Me too I had all the left overs….
you can’t throw away what isn’t yours right????
So, I had a mental block. Mom and Dad and Grandma were all dead… I was depressed and stuck. I had a huge building stuffed with their stuff. I had a dumpster there after all the garage sales etc… A good friend came over and she would just pick up something and say, ” you don’t want this do you?” I just would say na…. and she threw it out for me… worked like a charm.
Regards to a few comments on being a husband/wife team:
Yesterday my wife got stung by a bee. There was some swelling. She freaked out and said she needed to go to the emergency hospital. Instead she called emergency, and with another phone called her brother doctor.
She was told what to do and that was to use Benadryl.
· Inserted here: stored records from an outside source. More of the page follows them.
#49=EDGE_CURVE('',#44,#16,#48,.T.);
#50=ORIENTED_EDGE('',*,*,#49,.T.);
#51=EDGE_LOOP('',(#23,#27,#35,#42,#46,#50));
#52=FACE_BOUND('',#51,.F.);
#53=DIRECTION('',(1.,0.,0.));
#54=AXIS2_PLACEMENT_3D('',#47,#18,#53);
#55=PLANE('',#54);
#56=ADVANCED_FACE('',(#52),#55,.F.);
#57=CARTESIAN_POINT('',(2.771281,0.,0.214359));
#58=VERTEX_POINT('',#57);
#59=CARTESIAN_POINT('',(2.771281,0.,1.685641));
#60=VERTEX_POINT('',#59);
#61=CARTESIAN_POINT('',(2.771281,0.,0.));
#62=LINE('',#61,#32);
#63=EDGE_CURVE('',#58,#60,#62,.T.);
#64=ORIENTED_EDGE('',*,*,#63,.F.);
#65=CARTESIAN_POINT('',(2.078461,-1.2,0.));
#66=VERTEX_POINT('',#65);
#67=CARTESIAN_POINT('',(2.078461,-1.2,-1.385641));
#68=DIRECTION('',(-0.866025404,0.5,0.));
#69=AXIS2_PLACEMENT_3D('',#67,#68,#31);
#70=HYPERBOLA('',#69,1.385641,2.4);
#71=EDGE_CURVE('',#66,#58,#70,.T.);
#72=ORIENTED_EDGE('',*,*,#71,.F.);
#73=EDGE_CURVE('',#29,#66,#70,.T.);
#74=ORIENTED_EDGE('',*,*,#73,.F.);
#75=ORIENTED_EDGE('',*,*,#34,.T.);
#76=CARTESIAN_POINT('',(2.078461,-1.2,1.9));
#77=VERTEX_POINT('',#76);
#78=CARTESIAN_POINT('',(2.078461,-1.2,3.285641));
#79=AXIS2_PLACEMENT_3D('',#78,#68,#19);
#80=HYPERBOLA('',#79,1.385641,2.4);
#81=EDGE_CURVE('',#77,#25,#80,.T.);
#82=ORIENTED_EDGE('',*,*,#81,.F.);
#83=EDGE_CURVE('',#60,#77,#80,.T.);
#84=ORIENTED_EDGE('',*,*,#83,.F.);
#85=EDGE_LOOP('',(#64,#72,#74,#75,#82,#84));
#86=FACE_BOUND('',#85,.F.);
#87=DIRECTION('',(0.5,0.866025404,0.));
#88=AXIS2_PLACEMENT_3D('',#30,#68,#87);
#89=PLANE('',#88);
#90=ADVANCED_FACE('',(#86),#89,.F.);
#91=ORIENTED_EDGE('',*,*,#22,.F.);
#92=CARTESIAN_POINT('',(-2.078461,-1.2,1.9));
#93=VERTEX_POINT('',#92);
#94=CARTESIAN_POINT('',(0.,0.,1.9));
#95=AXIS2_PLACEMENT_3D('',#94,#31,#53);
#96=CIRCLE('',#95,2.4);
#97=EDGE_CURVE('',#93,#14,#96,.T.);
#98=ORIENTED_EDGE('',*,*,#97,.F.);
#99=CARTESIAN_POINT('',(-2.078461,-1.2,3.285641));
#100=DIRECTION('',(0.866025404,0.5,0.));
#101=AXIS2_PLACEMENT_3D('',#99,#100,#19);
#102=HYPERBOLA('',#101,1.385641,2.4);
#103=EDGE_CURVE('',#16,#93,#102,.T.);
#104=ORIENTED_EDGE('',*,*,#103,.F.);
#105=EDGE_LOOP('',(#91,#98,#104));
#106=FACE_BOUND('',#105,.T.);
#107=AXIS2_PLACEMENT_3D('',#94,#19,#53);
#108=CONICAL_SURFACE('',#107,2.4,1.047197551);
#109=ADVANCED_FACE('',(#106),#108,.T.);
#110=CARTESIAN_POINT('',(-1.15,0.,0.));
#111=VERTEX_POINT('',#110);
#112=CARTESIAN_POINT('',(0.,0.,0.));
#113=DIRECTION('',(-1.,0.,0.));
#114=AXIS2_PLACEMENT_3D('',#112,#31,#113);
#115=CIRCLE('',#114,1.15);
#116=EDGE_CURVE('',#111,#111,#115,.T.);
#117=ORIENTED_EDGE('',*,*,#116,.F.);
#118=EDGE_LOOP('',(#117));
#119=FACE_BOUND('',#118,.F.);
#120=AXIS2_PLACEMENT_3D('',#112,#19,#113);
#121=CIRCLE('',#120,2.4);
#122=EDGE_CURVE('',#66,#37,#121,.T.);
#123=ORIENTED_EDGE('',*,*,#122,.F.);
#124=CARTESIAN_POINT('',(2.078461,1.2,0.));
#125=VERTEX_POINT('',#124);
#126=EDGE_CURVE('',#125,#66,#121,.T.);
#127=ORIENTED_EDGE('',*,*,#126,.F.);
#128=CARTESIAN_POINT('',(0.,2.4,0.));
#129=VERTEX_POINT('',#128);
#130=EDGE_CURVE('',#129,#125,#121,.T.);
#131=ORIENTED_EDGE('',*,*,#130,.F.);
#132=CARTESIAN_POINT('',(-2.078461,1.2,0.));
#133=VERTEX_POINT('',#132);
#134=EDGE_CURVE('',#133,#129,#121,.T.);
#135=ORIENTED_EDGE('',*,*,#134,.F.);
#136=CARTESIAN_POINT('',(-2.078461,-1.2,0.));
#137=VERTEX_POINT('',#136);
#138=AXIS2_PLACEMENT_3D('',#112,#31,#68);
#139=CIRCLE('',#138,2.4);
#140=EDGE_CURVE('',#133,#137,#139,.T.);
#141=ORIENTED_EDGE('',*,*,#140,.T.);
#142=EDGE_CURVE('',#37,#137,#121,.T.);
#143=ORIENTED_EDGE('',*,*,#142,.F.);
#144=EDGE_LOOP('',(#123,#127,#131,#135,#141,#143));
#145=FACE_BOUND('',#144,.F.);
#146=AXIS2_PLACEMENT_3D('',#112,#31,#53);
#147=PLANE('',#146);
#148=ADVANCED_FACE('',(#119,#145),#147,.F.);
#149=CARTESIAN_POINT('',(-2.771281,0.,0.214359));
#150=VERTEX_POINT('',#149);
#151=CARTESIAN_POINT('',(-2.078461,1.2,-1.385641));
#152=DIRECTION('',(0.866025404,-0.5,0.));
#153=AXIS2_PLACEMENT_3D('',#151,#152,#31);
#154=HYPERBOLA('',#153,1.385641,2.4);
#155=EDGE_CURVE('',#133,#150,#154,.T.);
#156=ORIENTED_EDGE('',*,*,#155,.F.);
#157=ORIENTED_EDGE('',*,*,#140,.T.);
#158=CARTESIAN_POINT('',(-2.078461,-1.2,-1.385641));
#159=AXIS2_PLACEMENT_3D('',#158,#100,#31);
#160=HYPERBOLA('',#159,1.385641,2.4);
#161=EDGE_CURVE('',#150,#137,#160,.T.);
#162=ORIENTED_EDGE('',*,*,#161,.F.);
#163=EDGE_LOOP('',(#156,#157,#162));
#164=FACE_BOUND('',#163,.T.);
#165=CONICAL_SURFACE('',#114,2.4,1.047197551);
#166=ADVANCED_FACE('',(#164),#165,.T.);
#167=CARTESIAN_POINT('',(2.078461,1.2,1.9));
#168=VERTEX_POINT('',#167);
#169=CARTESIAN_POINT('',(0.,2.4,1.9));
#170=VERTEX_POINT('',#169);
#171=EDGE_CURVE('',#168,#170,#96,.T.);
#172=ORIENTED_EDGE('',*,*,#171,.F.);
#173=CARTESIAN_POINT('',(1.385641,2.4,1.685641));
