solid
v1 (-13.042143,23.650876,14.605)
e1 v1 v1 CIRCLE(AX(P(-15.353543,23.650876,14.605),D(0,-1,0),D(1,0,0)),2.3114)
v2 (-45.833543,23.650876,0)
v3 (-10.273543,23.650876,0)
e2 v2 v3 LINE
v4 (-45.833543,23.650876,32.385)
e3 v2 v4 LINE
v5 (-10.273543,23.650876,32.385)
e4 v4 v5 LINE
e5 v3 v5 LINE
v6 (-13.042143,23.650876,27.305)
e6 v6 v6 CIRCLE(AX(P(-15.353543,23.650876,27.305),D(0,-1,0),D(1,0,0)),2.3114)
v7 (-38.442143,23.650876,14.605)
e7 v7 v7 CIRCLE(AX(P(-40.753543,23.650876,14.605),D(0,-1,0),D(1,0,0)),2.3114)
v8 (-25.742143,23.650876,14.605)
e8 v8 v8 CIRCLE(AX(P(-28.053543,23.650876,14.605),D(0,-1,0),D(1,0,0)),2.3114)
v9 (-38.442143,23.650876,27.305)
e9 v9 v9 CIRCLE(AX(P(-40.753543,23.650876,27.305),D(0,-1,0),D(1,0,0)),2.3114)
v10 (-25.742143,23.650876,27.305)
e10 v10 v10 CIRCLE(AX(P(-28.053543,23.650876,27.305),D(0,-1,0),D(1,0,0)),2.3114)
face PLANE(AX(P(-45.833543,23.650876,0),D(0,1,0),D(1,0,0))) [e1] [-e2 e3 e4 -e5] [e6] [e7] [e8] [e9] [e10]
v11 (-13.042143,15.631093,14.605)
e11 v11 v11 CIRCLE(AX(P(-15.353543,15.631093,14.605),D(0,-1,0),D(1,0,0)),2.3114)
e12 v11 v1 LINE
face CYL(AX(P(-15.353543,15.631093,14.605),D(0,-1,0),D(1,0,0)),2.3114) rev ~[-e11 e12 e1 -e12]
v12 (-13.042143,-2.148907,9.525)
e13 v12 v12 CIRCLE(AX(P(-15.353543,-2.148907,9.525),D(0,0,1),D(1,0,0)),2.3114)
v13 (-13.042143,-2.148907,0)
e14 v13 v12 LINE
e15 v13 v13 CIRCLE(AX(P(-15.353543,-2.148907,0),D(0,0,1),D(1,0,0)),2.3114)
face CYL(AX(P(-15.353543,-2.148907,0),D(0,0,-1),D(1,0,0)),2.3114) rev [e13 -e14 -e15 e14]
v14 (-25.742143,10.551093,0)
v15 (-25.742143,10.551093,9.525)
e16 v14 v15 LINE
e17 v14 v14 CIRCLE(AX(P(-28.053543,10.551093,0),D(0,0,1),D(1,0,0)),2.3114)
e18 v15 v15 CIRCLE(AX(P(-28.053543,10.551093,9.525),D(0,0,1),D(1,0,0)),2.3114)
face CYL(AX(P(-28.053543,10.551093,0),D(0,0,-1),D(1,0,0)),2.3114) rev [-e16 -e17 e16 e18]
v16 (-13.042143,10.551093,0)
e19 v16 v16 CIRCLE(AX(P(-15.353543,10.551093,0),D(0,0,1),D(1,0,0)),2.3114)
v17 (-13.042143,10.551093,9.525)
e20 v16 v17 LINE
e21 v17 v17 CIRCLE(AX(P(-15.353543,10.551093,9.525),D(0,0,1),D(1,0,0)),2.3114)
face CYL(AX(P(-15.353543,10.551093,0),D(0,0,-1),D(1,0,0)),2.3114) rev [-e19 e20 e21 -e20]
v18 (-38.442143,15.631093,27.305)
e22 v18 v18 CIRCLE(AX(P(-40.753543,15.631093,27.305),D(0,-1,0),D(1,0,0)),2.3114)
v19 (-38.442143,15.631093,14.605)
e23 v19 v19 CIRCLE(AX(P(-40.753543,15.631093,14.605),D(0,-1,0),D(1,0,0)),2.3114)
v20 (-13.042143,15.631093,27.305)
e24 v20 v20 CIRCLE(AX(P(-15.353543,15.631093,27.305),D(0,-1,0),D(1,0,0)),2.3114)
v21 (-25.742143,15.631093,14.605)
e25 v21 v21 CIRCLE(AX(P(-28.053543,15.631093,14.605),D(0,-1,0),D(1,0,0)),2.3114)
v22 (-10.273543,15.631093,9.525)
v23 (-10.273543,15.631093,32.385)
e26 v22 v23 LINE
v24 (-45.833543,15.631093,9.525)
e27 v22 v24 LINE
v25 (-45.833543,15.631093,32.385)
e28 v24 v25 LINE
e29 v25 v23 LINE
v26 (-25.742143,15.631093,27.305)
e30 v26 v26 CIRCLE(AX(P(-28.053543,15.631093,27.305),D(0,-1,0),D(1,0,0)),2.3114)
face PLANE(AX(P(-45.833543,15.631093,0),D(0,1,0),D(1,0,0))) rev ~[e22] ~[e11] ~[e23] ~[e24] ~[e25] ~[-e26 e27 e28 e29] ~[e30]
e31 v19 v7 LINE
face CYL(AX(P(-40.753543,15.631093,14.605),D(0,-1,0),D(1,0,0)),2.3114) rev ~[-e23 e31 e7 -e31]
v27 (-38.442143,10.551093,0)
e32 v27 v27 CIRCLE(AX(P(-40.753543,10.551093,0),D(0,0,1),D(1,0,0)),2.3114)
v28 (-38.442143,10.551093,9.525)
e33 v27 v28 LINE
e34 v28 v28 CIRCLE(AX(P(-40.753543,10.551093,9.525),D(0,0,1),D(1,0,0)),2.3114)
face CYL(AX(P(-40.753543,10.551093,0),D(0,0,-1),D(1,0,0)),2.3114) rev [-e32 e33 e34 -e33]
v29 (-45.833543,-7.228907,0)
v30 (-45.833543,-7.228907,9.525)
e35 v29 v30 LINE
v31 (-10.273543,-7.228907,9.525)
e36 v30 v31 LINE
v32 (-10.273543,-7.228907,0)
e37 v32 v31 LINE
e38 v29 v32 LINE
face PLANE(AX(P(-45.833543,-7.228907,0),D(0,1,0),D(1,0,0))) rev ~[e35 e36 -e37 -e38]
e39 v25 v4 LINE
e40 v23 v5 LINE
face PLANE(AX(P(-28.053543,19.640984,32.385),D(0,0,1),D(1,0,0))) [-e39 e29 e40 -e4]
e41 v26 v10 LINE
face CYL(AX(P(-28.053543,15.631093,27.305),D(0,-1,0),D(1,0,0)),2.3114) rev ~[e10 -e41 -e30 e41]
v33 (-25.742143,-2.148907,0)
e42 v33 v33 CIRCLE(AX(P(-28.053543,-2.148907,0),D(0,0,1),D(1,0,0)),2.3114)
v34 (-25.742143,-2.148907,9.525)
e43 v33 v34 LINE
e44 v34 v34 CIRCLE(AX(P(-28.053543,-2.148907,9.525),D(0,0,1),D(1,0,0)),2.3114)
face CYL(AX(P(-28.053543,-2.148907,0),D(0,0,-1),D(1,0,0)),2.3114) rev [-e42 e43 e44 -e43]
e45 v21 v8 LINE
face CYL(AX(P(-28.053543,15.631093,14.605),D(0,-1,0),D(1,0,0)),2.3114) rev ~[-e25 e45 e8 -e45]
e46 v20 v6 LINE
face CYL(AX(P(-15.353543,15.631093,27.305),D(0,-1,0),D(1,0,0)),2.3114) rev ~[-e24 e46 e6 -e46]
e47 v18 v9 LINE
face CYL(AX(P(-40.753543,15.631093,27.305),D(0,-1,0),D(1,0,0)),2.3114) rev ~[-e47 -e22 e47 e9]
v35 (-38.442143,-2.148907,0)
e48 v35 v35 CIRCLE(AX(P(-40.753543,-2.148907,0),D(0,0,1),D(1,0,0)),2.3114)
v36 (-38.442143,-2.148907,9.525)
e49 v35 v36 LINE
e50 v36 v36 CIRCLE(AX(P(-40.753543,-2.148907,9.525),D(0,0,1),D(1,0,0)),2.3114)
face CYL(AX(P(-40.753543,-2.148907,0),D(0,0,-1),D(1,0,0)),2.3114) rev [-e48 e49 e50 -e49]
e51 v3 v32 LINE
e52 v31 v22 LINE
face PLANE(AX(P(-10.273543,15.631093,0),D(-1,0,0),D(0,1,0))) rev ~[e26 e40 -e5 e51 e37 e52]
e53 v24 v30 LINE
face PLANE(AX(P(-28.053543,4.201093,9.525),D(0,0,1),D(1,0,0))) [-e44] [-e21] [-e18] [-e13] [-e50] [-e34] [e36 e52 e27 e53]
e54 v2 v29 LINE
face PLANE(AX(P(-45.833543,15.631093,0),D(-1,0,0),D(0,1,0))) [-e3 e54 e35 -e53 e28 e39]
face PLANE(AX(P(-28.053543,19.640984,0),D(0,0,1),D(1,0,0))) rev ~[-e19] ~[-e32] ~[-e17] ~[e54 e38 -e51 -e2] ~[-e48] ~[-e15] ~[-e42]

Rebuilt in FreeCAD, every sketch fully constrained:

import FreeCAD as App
import Part
import Sketcher
Q = App.Units.Quantity

doc = App.newDocument("Part")
body = doc.addObject("PartDesign::Body", "Body")

sketch1 = body.newObject("Sketcher::SketchObject", "Sketch")
sketch1.AttachmentSupport = (doc.getObject("XY_Plane"), [""])
sketch1.MapMode = "FlatFace"
sketch1.addGeometry([
    Part.LineSegment(App.Vector(-10.3, 15.6, 0), App.Vector(-45.8, 15.6, 0)),
    Part.LineSegment(App.Vector(-45.8, 15.6, 0), App.Vector(-45.8, -7.2, 0)),
    Part.LineSegment(App.Vector(-45.8, -7.2, 0), App.Vector(-10.3, -7.2, 0)),
    Part.LineSegment(App.Vector(-10.3, -7.2, 0), App.Vector(-10.3, 15.6, 0)),
    Part.Circle(App.Vector(-40.8, -2.1, 0), App.Vector(0, 0, 1), 2.3),
    Part.Circle(App.Vector(-28.1, -2.1, 0), App.Vector(0, 0, 1), 2.3),
    Part.Circle(App.Vector(-15.4, -2.1, 0), App.Vector(0, 0, 1), 2.3),
    Part.Circle(App.Vector(-40.8, 10.6, 0), App.Vector(0, 0, 1), 2.3),
    Part.Circle(App.Vector(-28.1, 10.6, 0), App.Vector(0, 0, 1), 2.3),
    Part.Circle(App.Vector(-15.4, 10.6, 0), App.Vector(0, 0, 1), 2.3),
], False)
sketch1.addConstraint([
    Sketcher.Constraint("Coincident", 0, 2, 1, 1),
    Sketcher.Constraint("Coincident", 1, 2, 2, 1),
    Sketcher.Constraint("Coincident", 2, 2, 3, 1),
    Sketcher.Constraint("Coincident", 3, 2, 0, 1),
    Sketcher.Constraint("Horizontal", 0),
    Sketcher.Constraint("Vertical", 1),
    Sketcher.Constraint("Horizontal", 2),
    Sketcher.Constraint("Vertical", 3),
    Sketcher.Constraint("Equal", 4, 5),
    Sketcher.Constraint("Equal", 5, 6),
    Sketcher.Constraint("Equal", 6, 7),
    Sketcher.Constraint("Equal", 7, 8),
    Sketcher.Constraint("Equal", 8, 9),
    Sketcher.Constraint("Horizontal", 4, 3, 5, 3),
    Sketcher.Constraint("Horizontal", 5, 3, 6, 3),
    Sketcher.Constraint("Horizontal", 7, 3, 8, 3),
    Sketcher.Constraint("Horizontal", 8, 3, 9, 3),
    Sketcher.Constraint("Vertical", 4, 3, 7, 3),
    Sketcher.Constraint("Vertical", 5, 3, 8, 3),
    Sketcher.Constraint("Vertical", 6, 3, 9, 3),
    Sketcher.Constraint("Diameter", 4, Q("0.182 in")),
    Sketcher.Constraint("DistanceX", 0, 2, 0, 1, Q("1.4 in")),
    Sketcher.Constraint("DistanceY", 1, 2, 1, 1, Q("0.9 in")),
    Sketcher.Constraint("DistanceX", 4, 3, 6, 3, Q("1 in")),
    Sketcher.Constraint("DistanceX", 4, 3, 5, 3, Q("0.5 in")),
    Sketcher.Constraint("DistanceY", 4, 3, 7, 3, Q("0.5 in")),
    Sketcher.Constraint("DistanceX", 0, 2, 7, 3, Q("0.2 in")),
    Sketcher.Constraint("DistanceY", 7, 3, 0, 2, Q("0.2 in")),
    Sketcher.Constraint("DistanceX", 4, 3, -1, 1, Q("40.753543 mm")),
    Sketcher.Constraint("DistanceY", 4, 3, -1, 1, Q("2.148907 mm")),
])
pad1 = body.newObject("PartDesign::Pad", "Pad")
pad1.Profile = sketch1
pad1.Length = Q("0.375 in")

sketch2 = body.newObject("Sketcher::SketchObject", "Sketch001")
sketch2.AttachmentSupport = (doc.getObject("XY_Plane"), [""])
sketch2.MapMode = "FlatFace"
sketch2.addGeometry([
    Part.LineSegment(App.Vector(-46, 24, 0), App.Vector(-46, 16, 0)),
    Part.LineSegment(App.Vector(-46, 16, 0), App.Vector(-10, 16, 0)),
    Part.LineSegment(App.Vector(-10, 16, 0), App.Vector(-10, 24, 0)),
    Part.LineSegment(App.Vector(-10, 24, 0), App.Vector(-46, 24, 0)),
], False)
sketch2.addConstraint([
    Sketcher.Constraint("Coincident", 0, 2, 1, 1),
    Sketcher.Constraint("Coincident", 1, 2, 2, 1),
    Sketcher.Constraint("Coincident", 2, 2, 3, 1),
    Sketcher.Constraint("Coincident", 3, 2, 0, 1),
    Sketcher.Constraint("Vertical", 0),
    Sketcher.Constraint("Horizontal", 1),
    Sketcher.Constraint("Vertical", 2),
    Sketcher.Constraint("Horizontal", 3),
    Sketcher.Constraint("DistanceX", 1, 1, 1, 2, Q("1.4 in")),
    Sketcher.Constraint("DistanceY", 0, 2, 0, 1, Q("8.019783 mm")),
    Sketcher.Constraint("DistanceX", 0, 2, -1, 1, Q("45.833543 mm")),
    Sketcher.Constraint("DistanceY", -1, 1, 0, 2, Q("15.631093 mm")),
])
pad2 = body.newObject("PartDesign::Pad", "Pad001")
pad2.Profile = sketch2
pad2.Length = Q("1.275 in")

sketch3 = body.newObject("Sketcher::SketchObject", "Sketch002")
sketch3.AttachmentSupport = (doc.getObject("XZ_Plane"), [""])
sketch3.MapMode = "FlatFace"
sketch3.AttachmentOffset = App.Placement(App.Vector(0, 0, -15.631093), App.Rotation())
sketch3.addGeometry([
    Part.Circle(App.Vector(-40.8, 27.3, 0), App.Vector(0, 0, 1), 2.3),
    Part.Circle(App.Vector(-28.1, 27.3, 0), App.Vector(0, 0, 1), 2.3),
    Part.Circle(App.Vector(-15.4, 27.3, 0), App.Vector(0, 0, 1), 2.3),
    Part.Circle(App.Vector(-15.4, 14.6, 0), App.Vector(0, 0, 1), 2.3),
    Part.Circle(App.Vector(-28.1, 14.6, 0), App.Vector(0, 0, 1), 2.3),
    Part.Circle(App.Vector(-40.8, 14.6, 0), App.Vector(0, 0, 1), 2.3),
], False)
sketch3.addConstraint([
    Sketcher.Constraint("Equal", 0, 1),
    Sketcher.Constraint("Equal", 1, 2),
    Sketcher.Constraint("Equal", 2, 3),
    Sketcher.Constraint("Equal", 3, 4),
    Sketcher.Constraint("Equal", 4, 5),
    Sketcher.Constraint("Horizontal", 0, 3, 1, 3),
    Sketcher.Constraint("Horizontal", 1, 3, 2, 3),
    Sketcher.Constraint("Horizontal", 3, 3, 4, 3),
    Sketcher.Constraint("Horizontal", 4, 3, 5, 3),
    Sketcher.Constraint("Vertical", 2, 3, 3, 3),
    Sketcher.Constraint("Vertical", 1, 3, 4, 3),
    Sketcher.Constraint("Vertical", 0, 3, 5, 3),
    Sketcher.Constraint("Diameter", 0, Q("0.182 in")),
    Sketcher.Constraint("DistanceX", 0, 3, 2, 3, Q("1 in")),
    Sketcher.Constraint("DistanceX", 0, 3, 1, 3, Q("0.5 in")),
    Sketcher.Constraint("DistanceY", 3, 3, 2, 3, Q("0.5 in")),
    Sketcher.Constraint("DistanceY", -1, 1, 0, 3, Q("1.075 in")),
    Sketcher.Constraint("DistanceX", 0, 3, -1, 1, Q("40.753543 mm")),
])
pocket1 = body.newObject("PartDesign::Pocket", "Pocket")
pocket1.Profile = sketch3
pocket1.Length = Q("1 in")

doc.recompute()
I gave her a bottle of Benadryl but she threw it in the garbage because it was too old. So we head out to CVS to buy a new bottle. The CVS is closed, so I mention to go to the grocery store next door to buy it. Nope, the grocery store is too expensive she says.
We drive further away from town to find another CVS. Our local Walmart, grocery stores, etc. aren’t good enough. So with our 8mpg SUV we finally get her new Benadryl. Figure an extra $4 in gas, time, and cost of product that she will use one tablespoon of. It gets very frustrating.
I know what you’re thinking: Of course I got the used Benadryl from the garbage can.
This blog is great! Encourages me to keep on decluttering.
Thank you for approaching this subject. I have been reminded many times in the last month of the need to eliminate. In pursuing my life’s passion, I am discovering the same principle. Less is more. It’s a mental shift.